Sep 18, 06:29:46 → 06:59:46 UTC (print raw CPU datapoints for this window)
Code:
root@ny15:~# rrd=/var/lib/rrdcached/db/pve-node-9.0/ny15; S=$(TZ=UTC date -d '2025-09-18 06:29:46' +%s); E=$((S+30*60)); rrdtool fetch "$rrd" AVERAGE -r 60 -s "$S" -e "$E" | awk '$1~/^[0-9]+:$/ {ts=$1; gsub(":","",ts); cmd="date -u -d @"ts" +\"%F %T\""; cmd|getline h; close(cmd); print h,"cpu=",$4}'
2025-09-18 06:30:00 cpu= 4.3883318097e-01
2025-09-18 07:00:00 cpu= 4.5756005054e-01
 
Another thing I've noticed from PVE8 -> PVE9 is that 'qm list' / PVE API to list VMs takes **much** longer.
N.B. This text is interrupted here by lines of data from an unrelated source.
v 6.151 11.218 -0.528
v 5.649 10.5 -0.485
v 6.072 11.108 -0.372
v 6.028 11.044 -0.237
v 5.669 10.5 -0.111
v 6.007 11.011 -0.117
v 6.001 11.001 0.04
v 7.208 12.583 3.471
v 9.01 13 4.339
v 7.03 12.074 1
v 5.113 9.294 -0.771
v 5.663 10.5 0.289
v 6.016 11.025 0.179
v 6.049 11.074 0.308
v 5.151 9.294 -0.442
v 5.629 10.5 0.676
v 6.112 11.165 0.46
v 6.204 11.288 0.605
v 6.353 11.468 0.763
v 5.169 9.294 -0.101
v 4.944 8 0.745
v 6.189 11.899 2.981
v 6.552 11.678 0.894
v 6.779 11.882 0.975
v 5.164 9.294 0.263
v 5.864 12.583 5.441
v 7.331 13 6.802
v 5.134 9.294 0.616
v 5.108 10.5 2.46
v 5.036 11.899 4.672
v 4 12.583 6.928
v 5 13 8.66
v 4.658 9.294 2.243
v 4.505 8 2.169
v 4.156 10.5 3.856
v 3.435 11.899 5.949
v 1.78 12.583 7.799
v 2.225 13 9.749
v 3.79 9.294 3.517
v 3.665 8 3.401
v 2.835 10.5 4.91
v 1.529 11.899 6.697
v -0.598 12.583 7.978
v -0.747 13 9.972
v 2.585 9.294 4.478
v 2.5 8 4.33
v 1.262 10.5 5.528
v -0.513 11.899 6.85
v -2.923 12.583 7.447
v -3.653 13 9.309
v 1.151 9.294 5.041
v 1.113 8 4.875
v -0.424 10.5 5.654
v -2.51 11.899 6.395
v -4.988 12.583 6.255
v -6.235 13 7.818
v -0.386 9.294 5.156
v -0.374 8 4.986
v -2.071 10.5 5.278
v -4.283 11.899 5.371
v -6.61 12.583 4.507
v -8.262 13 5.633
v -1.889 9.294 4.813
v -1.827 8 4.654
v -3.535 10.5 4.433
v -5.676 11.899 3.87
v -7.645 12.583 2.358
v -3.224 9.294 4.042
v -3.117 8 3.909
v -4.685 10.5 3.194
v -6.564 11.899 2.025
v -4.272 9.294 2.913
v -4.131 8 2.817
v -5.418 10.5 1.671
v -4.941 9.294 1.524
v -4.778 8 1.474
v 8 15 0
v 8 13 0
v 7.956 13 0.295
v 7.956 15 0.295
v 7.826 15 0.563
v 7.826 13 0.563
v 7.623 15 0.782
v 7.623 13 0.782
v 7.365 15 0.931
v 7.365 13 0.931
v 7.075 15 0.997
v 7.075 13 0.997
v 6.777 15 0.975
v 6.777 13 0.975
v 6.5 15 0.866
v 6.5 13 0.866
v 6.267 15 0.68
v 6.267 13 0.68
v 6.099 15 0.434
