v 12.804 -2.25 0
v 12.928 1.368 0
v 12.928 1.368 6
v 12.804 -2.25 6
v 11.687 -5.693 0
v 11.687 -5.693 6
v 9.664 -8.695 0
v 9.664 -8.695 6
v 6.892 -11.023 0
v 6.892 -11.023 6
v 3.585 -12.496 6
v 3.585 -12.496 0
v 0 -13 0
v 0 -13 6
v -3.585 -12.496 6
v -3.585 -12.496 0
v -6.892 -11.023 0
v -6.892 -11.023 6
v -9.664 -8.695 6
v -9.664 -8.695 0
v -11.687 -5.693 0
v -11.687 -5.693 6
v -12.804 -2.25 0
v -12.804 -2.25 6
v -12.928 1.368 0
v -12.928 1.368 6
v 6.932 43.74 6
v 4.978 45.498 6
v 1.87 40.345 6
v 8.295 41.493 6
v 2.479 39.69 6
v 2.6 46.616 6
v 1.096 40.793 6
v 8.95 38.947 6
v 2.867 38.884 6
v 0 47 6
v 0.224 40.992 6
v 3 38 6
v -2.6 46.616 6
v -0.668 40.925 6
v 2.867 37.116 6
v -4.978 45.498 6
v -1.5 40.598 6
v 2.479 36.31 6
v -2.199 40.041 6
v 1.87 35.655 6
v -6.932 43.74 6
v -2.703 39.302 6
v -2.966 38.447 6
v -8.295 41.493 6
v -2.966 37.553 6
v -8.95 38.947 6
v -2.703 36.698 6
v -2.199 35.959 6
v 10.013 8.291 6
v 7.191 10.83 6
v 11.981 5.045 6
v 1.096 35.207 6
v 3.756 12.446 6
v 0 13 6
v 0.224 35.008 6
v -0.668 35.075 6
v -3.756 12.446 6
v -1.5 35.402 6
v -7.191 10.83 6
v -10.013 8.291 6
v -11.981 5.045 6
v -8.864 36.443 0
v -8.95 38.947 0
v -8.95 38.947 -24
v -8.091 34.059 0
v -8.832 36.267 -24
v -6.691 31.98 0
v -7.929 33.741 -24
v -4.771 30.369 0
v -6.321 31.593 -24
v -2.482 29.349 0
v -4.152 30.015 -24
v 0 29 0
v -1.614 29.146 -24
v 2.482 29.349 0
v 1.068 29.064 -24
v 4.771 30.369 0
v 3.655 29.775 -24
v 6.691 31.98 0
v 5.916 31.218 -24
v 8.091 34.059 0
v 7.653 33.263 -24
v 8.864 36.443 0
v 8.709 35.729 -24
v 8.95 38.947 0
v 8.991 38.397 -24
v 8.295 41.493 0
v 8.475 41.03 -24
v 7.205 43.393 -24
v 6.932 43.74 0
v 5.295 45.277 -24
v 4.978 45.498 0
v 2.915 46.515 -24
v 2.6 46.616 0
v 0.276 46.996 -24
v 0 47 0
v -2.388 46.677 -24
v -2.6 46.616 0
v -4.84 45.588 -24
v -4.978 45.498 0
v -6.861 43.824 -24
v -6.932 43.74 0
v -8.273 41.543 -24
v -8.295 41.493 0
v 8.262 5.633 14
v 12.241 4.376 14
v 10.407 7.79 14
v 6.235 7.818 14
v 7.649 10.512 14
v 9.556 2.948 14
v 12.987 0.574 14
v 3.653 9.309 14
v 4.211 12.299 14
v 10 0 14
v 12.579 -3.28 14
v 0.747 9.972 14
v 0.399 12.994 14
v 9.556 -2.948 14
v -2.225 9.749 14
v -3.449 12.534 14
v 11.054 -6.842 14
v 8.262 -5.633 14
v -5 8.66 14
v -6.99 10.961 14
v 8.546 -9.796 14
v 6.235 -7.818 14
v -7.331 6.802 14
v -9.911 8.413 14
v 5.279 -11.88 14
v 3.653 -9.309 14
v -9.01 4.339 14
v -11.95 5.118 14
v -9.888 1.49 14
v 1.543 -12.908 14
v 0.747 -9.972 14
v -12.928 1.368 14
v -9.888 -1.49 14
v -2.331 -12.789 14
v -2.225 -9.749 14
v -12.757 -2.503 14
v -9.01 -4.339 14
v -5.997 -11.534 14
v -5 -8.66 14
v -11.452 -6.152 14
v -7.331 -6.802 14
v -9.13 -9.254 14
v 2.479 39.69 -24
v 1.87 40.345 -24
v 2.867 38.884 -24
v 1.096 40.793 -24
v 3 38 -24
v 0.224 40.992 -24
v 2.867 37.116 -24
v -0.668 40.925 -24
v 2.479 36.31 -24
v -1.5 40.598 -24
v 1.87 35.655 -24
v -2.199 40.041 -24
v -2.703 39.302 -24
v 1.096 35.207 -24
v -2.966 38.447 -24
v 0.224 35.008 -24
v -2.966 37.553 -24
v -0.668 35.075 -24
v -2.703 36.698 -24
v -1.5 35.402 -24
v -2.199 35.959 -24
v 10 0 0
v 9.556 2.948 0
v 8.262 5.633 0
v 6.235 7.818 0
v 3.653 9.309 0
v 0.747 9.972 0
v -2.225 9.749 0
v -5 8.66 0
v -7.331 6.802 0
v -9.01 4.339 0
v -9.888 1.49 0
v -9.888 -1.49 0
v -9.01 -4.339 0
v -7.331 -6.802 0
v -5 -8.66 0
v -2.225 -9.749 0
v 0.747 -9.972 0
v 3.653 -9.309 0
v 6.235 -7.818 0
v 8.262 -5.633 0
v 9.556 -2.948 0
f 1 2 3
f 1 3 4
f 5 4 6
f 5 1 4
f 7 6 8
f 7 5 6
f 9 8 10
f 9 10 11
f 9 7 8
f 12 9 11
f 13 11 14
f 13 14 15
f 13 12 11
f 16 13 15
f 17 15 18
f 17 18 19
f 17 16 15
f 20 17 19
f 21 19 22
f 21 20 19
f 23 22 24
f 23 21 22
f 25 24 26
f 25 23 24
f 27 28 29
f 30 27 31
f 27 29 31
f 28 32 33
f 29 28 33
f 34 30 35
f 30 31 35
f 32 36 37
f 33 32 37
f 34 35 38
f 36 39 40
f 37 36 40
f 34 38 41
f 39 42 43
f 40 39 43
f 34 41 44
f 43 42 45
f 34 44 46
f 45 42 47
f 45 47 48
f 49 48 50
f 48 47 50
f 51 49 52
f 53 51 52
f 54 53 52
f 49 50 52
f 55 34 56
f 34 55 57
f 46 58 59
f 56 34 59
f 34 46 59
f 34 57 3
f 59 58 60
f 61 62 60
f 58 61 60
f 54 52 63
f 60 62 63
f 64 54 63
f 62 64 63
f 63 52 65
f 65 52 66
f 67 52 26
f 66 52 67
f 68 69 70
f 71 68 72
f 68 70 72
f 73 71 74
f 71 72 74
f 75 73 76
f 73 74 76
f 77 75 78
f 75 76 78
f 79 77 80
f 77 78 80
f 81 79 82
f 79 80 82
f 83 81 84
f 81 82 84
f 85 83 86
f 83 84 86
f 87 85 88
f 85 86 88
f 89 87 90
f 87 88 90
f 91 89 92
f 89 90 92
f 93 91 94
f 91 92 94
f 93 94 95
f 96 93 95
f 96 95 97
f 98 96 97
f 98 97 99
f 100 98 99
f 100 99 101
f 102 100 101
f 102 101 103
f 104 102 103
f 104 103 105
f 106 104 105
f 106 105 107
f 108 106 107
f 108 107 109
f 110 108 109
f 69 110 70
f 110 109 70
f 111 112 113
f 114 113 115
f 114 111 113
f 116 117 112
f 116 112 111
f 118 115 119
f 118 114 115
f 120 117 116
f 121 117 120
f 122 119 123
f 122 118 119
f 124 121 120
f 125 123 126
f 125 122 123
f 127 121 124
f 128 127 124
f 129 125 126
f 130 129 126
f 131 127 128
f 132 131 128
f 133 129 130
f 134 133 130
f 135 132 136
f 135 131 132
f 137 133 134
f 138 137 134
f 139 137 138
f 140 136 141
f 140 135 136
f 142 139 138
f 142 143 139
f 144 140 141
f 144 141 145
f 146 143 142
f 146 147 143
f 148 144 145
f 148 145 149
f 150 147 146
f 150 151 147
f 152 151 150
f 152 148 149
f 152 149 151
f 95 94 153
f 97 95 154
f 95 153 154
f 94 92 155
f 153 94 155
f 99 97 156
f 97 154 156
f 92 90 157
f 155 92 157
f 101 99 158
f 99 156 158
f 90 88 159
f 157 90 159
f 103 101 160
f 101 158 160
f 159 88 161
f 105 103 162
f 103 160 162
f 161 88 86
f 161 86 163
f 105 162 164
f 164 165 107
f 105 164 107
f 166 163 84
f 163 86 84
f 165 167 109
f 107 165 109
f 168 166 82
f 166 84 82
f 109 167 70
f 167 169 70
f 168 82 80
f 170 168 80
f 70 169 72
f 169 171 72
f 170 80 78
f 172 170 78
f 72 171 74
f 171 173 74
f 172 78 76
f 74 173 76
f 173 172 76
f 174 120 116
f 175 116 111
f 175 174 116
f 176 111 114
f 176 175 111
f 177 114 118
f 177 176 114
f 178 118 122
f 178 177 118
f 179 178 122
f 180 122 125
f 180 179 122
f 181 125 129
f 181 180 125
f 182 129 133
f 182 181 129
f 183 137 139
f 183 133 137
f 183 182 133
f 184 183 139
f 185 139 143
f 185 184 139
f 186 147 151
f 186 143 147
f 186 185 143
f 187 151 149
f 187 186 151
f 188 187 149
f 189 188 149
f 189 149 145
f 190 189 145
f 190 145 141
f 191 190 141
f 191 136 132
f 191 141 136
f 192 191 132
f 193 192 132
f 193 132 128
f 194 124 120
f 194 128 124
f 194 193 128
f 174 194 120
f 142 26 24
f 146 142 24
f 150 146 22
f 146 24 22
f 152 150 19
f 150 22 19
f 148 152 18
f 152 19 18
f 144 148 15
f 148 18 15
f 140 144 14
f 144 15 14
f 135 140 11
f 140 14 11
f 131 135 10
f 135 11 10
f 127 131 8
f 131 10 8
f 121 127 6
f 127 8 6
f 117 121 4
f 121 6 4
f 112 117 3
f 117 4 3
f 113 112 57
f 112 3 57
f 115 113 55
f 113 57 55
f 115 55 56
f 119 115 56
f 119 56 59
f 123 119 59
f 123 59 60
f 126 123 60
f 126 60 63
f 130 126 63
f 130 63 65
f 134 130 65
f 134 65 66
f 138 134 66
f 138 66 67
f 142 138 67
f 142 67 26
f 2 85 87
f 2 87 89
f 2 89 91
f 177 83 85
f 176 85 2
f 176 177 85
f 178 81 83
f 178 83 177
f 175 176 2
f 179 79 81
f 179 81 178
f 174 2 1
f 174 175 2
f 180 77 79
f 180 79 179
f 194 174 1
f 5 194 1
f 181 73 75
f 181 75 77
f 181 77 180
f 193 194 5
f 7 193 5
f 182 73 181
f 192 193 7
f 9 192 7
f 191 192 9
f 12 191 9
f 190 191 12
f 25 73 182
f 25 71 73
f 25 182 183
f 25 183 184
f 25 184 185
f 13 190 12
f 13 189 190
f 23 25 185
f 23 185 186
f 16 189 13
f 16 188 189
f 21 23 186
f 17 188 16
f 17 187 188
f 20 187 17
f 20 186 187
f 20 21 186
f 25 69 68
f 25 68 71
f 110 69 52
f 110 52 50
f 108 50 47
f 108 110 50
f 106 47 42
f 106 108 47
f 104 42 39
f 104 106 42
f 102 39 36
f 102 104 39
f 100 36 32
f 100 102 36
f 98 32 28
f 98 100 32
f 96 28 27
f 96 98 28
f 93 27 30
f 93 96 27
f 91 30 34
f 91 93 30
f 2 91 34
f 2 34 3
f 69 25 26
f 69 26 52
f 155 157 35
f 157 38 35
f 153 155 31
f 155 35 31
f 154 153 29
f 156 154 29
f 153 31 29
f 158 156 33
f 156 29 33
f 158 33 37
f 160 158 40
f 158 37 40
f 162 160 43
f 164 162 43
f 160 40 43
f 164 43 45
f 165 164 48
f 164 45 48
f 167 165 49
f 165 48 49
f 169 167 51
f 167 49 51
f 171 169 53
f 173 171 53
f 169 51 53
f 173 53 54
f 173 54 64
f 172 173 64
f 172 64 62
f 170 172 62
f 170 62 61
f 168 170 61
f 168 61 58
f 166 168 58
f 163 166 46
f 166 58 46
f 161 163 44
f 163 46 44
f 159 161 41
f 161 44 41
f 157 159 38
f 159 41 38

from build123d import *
from build123d.topology import SkipClean

# Parameters (mm, degrees)
BOSS_EXTRUDE1_DEPTH = 6
BOSS_EXTRUDE2_START = 6
SKETCH3_R           = 13
BOSS_EXTRUDE2_DEPTH = 8
BOSS_EXTRUDE3_START = -24
SKETCH4_R           = 9
BOSS_EXTRUDE3_DEPTH = 24
SKETCH5_R           = 10
SKETCH5_R_2         = 3
CUT_EXTRUDE1_DEPTH  = 30


with BuildPart() as part:
    # Sketch2 → Boss-Extrude1 (new body)
    with BuildSketch(Plane(origin=(0, 0, 0), x_dir=(0, 1, 0), z_dir=(0, 0, 1))):
        with BuildLine():
            Line((1.368421053, 12.927777219), (38.947368421, 8.949999613))
            ThreePointArc((38.947368421, 8.949999613), (47, 0), (38.947368421, -8.949999613))
            Line((38.947368421, -8.949999613), (1.368421053, -12.927777219))
            ThreePointArc((1.368421053, -12.927777219), (-13, 0), (1.368421053, 12.927777219))
        make_face()
    extrude(amount=BOSS_EXTRUDE1_DEPTH)

    # Sketch3 → Boss-Extrude2 (add)
    with SkipClean():  # the faces are left unmerged after this step: merging them gives an invalid solid
        with BuildSketch(Plane(origin=(0, 0, 0), x_dir=(0, 1, 0), z_dir=(0, 0, 1)).offset(BOSS_EXTRUDE2_START)):
            with Locations(Location((0, 0, 0), (0, 0, 83.957671581))):
                Circle(SKETCH3_R)
        extrude(amount=BOSS_EXTRUDE2_DEPTH)

    # Sketch4 → Boss-Extrude3 (add)
    with SkipClean():  # the faces are left unmerged after this step: merging them gives an invalid solid
        with BuildSketch(Plane(origin=(0, 0, 0), x_dir=(0, 1, 0), z_dir=(0, 0, 1)).offset(BOSS_EXTRUDE3_START)):
            with Locations(Location((38, 0, 0), (0, 0, 83.957671581))):
                Circle(SKETCH4_R)
        extrude(amount=BOSS_EXTRUDE3_DEPTH)

    # Sketch5 → Cut-Extrude1 (cut, symmetric)
    with SkipClean():  # the faces are left unmerged after this step: merging them gives an invalid solid
        with BuildSketch(Plane(origin=(0, 0, 0), x_dir=(0, 1, 0), z_dir=(0, 0, 1))):
            with Locations(Location((0, 0, 0), (0, 0, 270))):
                Circle(SKETCH5_R)
            with Locations(Location((38, 0, 0), (0, 0, 270))):
                Circle(SKETCH5_R_2)
        extrude(amount=CUT_EXTRUDE1_DEPTH, both=True, mode=Mode.SUBTRACT)


solid = part.part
I investigated this myself and found via strace that qm list spends a lot of time reading smaps_rollup, and IO pressure, CPU pressure, and memory pressure for each VM. I'm assuming this may also be why pvestatd lags? With hundreds of VMs, I can see why the additional resource collection takes longer...
 
Upon further investigation, perhaps bumping this up from 120s would fix the issue? I'm no expert on rrd though.

Code:
ds[cpu].minimal_heartbeat = 120
 
Upon further investigation, perhaps bumping this up from 120s would fix the issue? I'm no expert on rrd though.

Code:
ds[cpu].minimal_heartbeat = 120
After setting all minimal_heartbeat values in the RRD files to 600s, the graphs stopped having gaps. With this change, my throttling algorithm can now correctly detect when VMs are abusing CPU and apply limits. I’m not sure how to make minimal_heartbeat default to a higher value without modifying the PVE codebase itself. For anyone curious, here’s the script I used:

Code:
base=/var/lib/rrdcached/db; hb=600; sock=unix:/var/run/rrdcached.sock
find "$base" -type f -print0 | while IFS= read -r -d '' rrd; do
  while read -r ds; do
    rrdtool tune "$rrd" --daemon "$sock" --heartbeat "$ds:$hb" >/dev/null
  done < <(rrdtool info "$rrd" | awk -F'[][]' '/^ds\[/ {print $2}')
  rrdtool flushcached --daemon "$sock" "$rrd"
  echo "tuned: $rrd"
done

What still puzzles me is why pvestatd bogs down so badly under certain loads—even though the host isn’t resource-starved (CPU hovers with 10–20% free and everything else runs smoothly). For some reason, it just takes forever to pull stats during these periods, which makes me wonder if there’s an underlying bug with pvestatd.